● Data supplied
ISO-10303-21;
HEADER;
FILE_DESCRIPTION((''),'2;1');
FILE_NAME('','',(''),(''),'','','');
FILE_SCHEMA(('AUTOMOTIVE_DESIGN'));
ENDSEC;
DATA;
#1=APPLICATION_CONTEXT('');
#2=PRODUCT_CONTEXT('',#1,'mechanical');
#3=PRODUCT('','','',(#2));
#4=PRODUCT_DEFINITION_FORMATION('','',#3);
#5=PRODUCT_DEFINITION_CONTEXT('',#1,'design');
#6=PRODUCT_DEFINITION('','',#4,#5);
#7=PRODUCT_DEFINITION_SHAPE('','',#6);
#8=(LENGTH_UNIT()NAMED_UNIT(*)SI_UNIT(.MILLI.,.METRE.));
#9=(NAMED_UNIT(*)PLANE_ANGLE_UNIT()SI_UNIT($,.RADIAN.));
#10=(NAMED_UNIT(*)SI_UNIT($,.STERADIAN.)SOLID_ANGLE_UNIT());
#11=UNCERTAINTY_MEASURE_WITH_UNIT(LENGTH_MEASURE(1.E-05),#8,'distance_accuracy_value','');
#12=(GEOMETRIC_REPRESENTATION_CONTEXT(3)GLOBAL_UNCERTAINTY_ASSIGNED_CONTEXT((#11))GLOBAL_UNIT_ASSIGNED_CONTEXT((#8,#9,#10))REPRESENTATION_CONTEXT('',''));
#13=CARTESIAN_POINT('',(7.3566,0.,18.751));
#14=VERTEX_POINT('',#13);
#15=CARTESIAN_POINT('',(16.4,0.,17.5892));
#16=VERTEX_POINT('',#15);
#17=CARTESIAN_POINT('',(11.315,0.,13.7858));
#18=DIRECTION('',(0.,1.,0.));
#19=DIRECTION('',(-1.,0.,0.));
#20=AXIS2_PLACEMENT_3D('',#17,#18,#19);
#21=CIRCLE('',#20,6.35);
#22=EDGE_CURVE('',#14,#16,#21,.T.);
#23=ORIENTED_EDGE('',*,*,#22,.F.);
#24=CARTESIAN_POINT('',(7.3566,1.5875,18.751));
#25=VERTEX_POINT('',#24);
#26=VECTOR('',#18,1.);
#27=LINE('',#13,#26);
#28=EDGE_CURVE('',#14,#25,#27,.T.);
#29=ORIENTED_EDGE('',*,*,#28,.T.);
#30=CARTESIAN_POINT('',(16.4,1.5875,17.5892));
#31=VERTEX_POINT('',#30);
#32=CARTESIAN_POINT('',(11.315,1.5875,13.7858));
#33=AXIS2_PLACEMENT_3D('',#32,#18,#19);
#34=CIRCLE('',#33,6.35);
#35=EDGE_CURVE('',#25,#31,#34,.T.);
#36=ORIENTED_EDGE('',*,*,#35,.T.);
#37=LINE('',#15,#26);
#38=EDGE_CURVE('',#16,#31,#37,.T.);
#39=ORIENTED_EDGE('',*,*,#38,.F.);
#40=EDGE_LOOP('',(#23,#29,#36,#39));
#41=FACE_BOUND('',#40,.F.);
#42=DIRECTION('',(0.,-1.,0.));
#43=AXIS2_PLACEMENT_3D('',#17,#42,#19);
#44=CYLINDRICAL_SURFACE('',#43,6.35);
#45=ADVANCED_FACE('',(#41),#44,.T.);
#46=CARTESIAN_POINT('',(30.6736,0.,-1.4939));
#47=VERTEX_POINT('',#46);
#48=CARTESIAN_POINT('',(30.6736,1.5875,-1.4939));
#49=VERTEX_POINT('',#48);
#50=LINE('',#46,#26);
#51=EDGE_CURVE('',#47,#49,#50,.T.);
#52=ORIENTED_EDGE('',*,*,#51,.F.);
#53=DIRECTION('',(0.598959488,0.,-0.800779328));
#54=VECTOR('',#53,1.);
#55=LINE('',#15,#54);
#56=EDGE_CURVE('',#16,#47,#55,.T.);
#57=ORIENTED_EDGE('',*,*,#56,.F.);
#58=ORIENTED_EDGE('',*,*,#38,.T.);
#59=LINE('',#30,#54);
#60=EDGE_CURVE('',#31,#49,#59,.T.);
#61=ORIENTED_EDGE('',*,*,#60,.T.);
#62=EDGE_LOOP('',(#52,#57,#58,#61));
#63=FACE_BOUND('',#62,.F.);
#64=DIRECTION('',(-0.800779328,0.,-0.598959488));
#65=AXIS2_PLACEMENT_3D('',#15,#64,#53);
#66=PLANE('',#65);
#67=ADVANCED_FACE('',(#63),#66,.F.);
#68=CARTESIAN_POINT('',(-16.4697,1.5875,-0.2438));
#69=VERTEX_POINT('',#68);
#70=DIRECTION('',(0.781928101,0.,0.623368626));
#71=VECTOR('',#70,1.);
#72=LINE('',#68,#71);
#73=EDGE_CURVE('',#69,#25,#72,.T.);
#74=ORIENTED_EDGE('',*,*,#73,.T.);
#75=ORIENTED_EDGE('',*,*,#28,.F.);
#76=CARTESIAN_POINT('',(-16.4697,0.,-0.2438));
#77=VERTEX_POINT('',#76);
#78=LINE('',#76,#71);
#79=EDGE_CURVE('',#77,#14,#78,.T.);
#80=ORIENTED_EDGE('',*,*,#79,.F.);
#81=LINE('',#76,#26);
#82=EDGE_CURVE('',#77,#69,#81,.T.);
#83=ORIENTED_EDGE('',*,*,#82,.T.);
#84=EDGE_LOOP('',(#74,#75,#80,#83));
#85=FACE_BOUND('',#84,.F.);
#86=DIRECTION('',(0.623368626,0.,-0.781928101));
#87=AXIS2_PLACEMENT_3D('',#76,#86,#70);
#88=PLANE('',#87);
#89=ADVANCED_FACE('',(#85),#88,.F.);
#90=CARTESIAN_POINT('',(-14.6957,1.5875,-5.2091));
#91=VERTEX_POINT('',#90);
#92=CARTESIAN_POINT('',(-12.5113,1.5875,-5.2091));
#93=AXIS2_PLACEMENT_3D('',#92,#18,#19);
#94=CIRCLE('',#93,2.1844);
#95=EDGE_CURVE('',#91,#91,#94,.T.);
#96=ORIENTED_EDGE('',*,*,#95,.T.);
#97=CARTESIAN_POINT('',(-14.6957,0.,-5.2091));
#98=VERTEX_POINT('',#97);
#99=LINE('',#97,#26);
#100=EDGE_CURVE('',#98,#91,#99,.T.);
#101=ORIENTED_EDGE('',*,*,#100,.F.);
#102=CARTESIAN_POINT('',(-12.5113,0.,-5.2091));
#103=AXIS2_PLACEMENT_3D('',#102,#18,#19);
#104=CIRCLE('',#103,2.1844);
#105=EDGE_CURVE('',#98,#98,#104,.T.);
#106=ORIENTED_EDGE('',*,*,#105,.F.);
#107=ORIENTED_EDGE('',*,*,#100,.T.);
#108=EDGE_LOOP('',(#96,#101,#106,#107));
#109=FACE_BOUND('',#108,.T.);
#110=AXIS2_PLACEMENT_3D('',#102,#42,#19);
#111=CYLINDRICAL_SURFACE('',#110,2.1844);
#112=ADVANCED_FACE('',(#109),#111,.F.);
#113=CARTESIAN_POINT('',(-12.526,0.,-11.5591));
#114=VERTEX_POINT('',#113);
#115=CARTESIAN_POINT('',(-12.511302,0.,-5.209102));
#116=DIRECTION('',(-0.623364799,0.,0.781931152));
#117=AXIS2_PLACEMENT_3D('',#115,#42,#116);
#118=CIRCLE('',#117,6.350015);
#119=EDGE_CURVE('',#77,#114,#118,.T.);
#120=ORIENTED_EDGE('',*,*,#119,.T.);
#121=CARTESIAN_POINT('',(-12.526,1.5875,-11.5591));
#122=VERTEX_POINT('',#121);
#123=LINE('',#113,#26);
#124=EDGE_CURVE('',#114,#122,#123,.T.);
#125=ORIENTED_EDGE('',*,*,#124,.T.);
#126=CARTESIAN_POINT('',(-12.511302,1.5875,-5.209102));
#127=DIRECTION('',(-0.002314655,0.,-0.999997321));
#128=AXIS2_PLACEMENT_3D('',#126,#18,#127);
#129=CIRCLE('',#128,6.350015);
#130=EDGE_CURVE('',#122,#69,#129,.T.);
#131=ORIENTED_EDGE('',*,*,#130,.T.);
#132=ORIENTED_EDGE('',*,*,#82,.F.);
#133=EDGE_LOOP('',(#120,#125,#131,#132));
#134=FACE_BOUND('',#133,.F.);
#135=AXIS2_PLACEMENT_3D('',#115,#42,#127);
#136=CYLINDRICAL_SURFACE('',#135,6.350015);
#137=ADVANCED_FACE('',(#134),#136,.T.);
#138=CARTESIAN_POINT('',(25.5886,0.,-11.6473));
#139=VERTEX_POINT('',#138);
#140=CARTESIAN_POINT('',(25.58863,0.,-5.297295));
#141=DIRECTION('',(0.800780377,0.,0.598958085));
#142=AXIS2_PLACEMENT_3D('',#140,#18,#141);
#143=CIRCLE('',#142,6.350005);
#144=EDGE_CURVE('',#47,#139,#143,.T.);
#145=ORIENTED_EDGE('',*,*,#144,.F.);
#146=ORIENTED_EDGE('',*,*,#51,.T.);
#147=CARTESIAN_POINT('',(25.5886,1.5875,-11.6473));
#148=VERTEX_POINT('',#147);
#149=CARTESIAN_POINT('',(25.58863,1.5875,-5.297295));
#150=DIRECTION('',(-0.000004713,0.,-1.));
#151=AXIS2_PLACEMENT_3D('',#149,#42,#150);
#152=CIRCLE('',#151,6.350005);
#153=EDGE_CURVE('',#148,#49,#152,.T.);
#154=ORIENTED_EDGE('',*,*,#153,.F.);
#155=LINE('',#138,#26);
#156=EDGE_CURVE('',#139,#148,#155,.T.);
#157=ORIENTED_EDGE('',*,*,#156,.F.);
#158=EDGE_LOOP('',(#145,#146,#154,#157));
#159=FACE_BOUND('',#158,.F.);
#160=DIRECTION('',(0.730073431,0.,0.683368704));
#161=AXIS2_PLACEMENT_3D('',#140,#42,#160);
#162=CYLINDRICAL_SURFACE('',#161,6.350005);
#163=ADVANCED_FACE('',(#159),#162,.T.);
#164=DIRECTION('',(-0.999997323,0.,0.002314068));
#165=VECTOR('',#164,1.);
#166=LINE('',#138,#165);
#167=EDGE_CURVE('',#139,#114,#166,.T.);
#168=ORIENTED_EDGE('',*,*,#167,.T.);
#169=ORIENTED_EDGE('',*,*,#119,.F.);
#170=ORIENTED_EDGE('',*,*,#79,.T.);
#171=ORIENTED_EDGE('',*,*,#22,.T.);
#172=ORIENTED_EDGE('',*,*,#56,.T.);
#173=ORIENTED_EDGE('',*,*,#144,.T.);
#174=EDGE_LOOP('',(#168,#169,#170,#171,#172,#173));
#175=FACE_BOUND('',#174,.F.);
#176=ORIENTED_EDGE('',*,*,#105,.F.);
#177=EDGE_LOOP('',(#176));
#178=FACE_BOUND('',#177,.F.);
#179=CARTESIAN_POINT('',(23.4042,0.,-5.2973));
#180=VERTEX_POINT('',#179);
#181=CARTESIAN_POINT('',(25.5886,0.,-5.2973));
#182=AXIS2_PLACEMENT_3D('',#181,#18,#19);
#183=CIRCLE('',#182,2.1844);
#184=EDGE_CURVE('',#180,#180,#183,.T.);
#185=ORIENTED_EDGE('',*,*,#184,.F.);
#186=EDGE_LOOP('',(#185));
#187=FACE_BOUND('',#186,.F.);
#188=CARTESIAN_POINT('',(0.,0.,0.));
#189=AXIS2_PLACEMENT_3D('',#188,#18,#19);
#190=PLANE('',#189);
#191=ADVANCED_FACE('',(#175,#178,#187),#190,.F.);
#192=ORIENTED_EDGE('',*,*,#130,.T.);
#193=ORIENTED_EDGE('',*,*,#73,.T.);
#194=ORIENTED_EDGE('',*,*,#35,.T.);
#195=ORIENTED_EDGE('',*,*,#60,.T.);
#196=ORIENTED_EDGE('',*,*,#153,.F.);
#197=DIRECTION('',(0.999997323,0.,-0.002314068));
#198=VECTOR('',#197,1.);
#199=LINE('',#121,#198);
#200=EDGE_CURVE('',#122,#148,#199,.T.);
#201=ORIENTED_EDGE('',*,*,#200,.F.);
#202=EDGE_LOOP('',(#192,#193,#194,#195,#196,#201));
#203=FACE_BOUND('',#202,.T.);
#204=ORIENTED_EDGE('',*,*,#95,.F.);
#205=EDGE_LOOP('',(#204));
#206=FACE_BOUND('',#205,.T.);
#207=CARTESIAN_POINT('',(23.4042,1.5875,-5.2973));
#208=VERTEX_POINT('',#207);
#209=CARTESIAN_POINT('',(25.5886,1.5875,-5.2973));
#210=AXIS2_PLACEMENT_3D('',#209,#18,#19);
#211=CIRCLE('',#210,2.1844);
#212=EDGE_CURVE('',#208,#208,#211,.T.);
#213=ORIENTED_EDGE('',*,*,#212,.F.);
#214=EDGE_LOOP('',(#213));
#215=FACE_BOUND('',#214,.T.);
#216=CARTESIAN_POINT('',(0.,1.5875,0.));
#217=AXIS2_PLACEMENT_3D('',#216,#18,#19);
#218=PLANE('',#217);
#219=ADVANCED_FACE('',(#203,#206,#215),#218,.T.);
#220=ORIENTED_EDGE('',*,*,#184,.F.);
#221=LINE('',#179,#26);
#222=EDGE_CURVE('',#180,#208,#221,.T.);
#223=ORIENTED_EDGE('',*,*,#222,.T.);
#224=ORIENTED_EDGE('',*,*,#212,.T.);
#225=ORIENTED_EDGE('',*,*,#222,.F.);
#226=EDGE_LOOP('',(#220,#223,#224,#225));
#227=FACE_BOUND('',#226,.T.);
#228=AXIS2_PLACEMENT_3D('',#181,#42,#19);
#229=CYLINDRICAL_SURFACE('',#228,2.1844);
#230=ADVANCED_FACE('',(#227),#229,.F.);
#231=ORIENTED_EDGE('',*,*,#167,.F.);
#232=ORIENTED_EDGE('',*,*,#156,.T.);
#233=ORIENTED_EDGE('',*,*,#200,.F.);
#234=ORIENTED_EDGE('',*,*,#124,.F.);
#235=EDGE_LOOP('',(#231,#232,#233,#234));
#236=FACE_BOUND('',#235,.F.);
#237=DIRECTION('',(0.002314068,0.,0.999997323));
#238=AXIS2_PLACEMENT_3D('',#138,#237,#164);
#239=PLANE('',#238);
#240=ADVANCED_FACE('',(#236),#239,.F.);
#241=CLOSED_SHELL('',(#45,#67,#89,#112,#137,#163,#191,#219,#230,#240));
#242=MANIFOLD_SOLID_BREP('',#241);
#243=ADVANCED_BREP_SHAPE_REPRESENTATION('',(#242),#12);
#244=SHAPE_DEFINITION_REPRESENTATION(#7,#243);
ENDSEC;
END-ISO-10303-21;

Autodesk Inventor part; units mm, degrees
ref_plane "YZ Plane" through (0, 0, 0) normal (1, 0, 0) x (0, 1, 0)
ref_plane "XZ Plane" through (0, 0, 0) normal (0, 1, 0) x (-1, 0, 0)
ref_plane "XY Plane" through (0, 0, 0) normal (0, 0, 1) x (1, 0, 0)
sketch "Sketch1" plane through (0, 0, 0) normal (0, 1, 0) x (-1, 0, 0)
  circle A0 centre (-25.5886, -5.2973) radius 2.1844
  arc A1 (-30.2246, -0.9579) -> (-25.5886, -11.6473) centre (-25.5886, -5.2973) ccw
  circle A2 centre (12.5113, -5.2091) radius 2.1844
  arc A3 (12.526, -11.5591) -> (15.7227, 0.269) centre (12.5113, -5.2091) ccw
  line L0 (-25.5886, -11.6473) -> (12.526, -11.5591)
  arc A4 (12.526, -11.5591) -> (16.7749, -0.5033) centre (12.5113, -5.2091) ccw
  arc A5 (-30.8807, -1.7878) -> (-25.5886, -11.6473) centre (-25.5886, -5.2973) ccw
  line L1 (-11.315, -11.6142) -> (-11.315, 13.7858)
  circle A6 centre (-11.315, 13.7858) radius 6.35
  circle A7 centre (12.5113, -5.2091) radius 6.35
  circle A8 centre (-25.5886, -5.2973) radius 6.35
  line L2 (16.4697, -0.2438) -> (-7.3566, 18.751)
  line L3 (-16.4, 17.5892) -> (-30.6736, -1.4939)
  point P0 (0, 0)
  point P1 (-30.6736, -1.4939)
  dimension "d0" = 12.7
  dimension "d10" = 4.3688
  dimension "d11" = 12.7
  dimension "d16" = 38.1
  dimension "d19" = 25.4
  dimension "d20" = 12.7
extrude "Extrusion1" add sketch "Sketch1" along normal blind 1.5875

● Problem requirements
Going down the listing above, begin printing at the line with "#127=DIRECTION('',(-0.002314655,0.,-0.999997321));" and finish with the line with "#145=ORIENTED_EDGE('',*,*,#144,.F.);", exactly as they appear.

● Reply to the exercise
#127=DIRECTION('',(-0.002314655,0.,-0.999997321));
#128=AXIS2_PLACEMENT_3D('',#126,#18,#127);
#129=CIRCLE('',#128,6.350015);
#130=EDGE_CURVE('',#122,#69,#129,.T.);
#131=ORIENTED_EDGE('',*,*,#130,.T.);
#132=ORIENTED_EDGE('',*,*,#82,.F.);
#133=EDGE_LOOP('',(#120,#125,#131,#132));
#134=FACE_BOUND('',#133,.F.);
#135=AXIS2_PLACEMENT_3D('',#115,#42,#127);
#136=CYLINDRICAL_SURFACE('',#135,6.350015);
#137=ADVANCED_FACE('',(#134),#136,.T.);
#138=CARTESIAN_POINT('',(25.5886,0.,-11.6473));
#139=VERTEX_POINT('',#138);
#140=CARTESIAN_POINT('',(25.58863,0.,-5.297295));
#141=DIRECTION('',(0.800780377,0.,0.598958085));
#142=AXIS2_PLACEMENT_3D('',#140,#18,#141);
#143=CIRCLE('',#142,6.350005);
#144=EDGE_CURVE('',#47,#139,#143,.T.);
#145=ORIENTED_EDGE('',*,*,#144,.F.);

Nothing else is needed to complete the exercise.